"""

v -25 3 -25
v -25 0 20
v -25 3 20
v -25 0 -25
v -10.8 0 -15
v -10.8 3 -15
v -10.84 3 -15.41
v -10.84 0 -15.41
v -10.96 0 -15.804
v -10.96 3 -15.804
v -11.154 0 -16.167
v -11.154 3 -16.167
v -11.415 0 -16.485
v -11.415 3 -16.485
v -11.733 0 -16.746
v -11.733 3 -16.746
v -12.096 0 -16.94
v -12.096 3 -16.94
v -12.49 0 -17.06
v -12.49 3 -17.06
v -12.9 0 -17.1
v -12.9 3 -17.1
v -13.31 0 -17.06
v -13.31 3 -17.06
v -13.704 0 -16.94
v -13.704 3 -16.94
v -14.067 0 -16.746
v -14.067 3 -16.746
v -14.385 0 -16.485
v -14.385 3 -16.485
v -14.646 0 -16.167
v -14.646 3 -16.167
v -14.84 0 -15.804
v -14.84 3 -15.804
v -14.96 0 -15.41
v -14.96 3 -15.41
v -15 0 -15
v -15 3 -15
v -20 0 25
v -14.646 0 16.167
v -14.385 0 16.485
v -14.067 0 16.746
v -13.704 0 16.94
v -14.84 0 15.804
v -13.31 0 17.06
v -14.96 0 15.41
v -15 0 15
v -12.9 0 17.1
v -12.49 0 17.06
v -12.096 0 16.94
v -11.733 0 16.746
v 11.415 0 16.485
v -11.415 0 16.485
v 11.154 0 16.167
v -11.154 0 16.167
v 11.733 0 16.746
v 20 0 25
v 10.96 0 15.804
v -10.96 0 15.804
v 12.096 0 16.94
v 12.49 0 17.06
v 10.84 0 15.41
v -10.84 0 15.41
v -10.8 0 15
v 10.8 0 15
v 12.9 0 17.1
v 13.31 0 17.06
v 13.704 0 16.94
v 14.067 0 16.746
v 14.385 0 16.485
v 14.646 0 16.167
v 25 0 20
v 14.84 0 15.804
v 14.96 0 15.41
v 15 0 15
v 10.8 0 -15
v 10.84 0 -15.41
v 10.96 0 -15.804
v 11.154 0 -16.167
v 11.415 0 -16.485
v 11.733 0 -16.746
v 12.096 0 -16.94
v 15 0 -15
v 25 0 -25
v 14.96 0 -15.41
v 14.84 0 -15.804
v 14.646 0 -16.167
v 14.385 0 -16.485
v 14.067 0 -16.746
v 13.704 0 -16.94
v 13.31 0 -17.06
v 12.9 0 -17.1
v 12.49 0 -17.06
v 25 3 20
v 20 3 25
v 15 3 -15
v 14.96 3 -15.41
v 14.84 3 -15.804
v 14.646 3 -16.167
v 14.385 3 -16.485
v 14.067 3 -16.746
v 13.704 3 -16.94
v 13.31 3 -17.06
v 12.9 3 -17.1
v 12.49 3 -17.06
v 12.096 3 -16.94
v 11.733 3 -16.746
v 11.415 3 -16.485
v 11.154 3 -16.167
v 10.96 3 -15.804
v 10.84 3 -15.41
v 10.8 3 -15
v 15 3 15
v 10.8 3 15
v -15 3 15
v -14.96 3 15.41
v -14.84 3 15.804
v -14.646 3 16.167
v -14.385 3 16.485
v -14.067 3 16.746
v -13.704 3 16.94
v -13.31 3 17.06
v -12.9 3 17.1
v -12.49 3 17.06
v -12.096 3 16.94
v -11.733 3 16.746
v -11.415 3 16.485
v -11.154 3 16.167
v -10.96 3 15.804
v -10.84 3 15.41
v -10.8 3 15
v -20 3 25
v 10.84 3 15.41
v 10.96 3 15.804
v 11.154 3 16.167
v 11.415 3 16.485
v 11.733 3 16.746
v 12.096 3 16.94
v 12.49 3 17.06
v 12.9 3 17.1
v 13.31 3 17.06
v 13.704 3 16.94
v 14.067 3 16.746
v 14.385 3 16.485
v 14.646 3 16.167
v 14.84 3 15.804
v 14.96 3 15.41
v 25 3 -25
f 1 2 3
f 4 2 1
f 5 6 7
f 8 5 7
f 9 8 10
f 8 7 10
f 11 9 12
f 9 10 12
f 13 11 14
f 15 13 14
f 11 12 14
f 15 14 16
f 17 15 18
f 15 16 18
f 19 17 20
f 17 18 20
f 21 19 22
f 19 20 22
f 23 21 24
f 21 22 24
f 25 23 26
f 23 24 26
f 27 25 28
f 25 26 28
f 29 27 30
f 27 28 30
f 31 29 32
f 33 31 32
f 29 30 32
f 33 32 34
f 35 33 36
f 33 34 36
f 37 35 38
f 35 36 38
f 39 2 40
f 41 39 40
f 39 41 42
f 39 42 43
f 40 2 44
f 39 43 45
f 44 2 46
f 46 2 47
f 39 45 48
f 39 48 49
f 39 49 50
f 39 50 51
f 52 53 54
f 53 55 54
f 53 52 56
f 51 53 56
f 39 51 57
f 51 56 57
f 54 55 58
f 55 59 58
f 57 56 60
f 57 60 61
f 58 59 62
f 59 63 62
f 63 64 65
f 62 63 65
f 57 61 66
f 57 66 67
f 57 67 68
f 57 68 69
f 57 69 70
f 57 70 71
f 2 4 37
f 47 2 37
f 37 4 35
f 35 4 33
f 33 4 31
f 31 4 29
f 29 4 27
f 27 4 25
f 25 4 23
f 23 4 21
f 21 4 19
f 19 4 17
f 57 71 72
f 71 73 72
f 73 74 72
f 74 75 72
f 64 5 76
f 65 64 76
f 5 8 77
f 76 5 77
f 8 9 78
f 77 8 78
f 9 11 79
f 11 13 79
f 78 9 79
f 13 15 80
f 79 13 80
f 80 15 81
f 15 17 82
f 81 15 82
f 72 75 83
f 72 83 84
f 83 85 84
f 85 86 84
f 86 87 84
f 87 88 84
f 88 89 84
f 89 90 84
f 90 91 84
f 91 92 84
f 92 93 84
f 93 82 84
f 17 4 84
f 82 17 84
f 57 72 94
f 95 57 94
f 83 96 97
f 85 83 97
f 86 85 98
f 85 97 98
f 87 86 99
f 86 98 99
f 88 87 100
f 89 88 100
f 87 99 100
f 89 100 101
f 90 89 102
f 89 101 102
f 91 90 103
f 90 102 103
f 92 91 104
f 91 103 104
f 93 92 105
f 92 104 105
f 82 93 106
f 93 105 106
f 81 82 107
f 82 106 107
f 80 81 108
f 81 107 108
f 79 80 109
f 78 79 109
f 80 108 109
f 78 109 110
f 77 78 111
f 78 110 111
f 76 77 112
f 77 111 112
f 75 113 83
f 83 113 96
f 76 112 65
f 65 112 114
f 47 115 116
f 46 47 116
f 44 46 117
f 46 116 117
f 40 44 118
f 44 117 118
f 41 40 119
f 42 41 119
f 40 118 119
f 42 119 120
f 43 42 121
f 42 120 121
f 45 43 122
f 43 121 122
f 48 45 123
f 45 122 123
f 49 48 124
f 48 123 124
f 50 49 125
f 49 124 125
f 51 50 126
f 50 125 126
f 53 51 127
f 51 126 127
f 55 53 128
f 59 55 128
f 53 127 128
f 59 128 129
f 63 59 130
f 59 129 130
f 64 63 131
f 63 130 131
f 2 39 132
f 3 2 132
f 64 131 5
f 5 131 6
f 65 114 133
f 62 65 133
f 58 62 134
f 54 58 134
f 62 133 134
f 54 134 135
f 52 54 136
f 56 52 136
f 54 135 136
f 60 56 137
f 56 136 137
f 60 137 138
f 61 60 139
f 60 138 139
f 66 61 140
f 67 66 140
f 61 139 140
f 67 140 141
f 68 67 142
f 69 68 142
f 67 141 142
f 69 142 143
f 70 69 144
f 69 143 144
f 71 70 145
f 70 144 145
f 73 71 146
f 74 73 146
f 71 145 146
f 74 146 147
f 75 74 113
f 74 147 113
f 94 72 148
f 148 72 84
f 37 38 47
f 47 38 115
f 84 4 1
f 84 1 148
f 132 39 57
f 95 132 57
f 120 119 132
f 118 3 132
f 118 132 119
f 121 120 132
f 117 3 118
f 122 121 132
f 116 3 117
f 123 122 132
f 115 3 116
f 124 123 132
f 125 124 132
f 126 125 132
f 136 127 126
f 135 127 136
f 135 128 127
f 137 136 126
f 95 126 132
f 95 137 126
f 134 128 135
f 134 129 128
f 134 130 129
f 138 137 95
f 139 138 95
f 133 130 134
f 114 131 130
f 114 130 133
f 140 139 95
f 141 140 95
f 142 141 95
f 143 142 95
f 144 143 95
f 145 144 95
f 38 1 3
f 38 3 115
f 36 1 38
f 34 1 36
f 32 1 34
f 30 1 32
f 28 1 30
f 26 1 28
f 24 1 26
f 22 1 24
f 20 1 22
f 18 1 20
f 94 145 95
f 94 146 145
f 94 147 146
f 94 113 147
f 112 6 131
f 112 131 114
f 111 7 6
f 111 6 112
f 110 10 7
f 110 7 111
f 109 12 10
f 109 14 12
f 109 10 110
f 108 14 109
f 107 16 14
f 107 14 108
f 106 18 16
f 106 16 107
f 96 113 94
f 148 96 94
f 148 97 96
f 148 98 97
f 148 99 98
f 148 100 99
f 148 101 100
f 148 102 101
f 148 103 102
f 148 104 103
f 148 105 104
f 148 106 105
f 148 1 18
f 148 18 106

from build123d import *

# Parameters (mm, degrees)
SKETCH1_W           = 50
SKETCH1_H           = 50
BOSS_EXTRUDE1_DEPTH = 3
CHAMFER1_SIZE       = 5
CUT_EXTRUDE1_DEPTH  = 10


with BuildPart() as part:
    # Sketch1 → Boss-Extrude1 (new body)
    with BuildSketch(Plane(origin=(0, 0, 0), x_dir=(1, 0, 0), z_dir=(0, 1, 0))):
        Rectangle(SKETCH1_W, SKETCH1_H)
    extrude(amount=BOSS_EXTRUDE1_DEPTH)

    # Chamfer1
    chamfer1_edges = [part.edges().sort_by_distance(p)[0] for p in [
        (25, 1.5, 25),
        (-25, 1.5, 25),
    ]]
    chamfer(chamfer1_edges, length=CHAMFER1_SIZE)

    # Sketch2 → Cut-Extrude1 (cut)
    with BuildSketch(Plane(origin=(0, 3, 0), x_dir=(1, 0, 0), z_dir=(0, 1, 0))):
        with BuildLine():
            Line((-10.8, -15), (-10.8, 15))
            ThreePointArc((-10.8, 15), (-12.9, 12.9), (-15, 15))
            Line((-15, 15), (-15, -15))
            ThreePointArc((-15, -15), (-12.9, -12.9), (-10.8, -15))
        make_face()
        with BuildLine():
            ThreePointArc((-15, 15), (-12.9, 12.9), (-10.8, 15))
            Line((-10.8, 15), (-15, 15))
        make_face()
        with BuildLine():
            Line((-15, 15), (-10.8, 15))
            ThreePointArc((-10.8, 15), (-12.9, 17.1), (-15, 15))
        make_face()
        with BuildLine():
            ThreePointArc((-15, -15), (-12.9, -17.1), (-10.8, -15))
            Line((-10.8, -15), (-15, -15))
        make_face()
        with BuildLine():
            Line((-15, -15), (-10.8, -15))
            ThreePointArc((-10.8, -15), (-12.9, -12.9), (-15, -15))
        make_face()
        with BuildLine():
            ThreePointArc((15, -15), (12.9, -12.9), (10.8, -15))
            Line((10.8, -15), (15, -15))
        make_face()
        with BuildLine():
            Line((15, -15), (10.8, -15))
            ThreePointArc((10.8, -15), (12.9, -17.1), (15, -15))
        make_face()
        with BuildLine():
            ThreePointArc((15, 15), (12.9, 12.9), (10.8, 15))
            Line((10.8, 15), (10.8, -15))
            ThreePointArc((10.8, -15), (12.9, -12.9), (15, -15))
            Line((15, -15), (15, 15))
        make_face()
        with BuildLine():
            ThreePointArc((15, 15), (12.9, 17.1), (10.8, 15))
            Line((10.8, 15), (15, 15))
        make_face()
        with BuildLine():
            Line((15, 15), (10.8, 15))
            ThreePointArc((10.8, 15), (12.9, 12.9), (15, 15))
        make_face()
    extrude(amount=-CUT_EXTRUDE1_DEPTH, mode=Mode.SUBTRACT)


solid = part.part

"""

*PROBLEM DESCRIPTION:* Print, without alteration, only the lines above between the one holding "v -11.154 0 -16.167" and the one holding "v -13.704 0 16.94", inclusive.

*ANSWER FOR THE TASK:*
v -11.154 0 -16.167
v -11.154 3 -16.167
v -11.415 0 -16.485
v -11.415 3 -16.485
v -11.733 0 -16.746
v -11.733 3 -16.746
v -12.096 0 -16.94
v -12.096 3 -16.94
v -12.49 0 -17.06
v -12.49 3 -17.06
v -12.9 0 -17.1
v -12.9 3 -17.1
v -13.31 0 -17.06
v -13.31 3 -17.06
v -13.704 0 -16.94
v -13.704 3 -16.94
v -14.067 0 -16.746
v -14.067 3 -16.746
v -14.385 0 -16.485
v -14.385 3 -16.485
v -14.646 0 -16.167
v -14.646 3 -16.167
v -14.84 0 -15.804
v -14.84 3 -15.804
v -14.96 0 -15.41
v -14.96 3 -15.41
v -15 0 -15
v -15 3 -15
v -20 0 25
v -14.646 0 16.167
v -14.385 0 16.485
v -14.067 0 16.746
v -13.704 0 16.94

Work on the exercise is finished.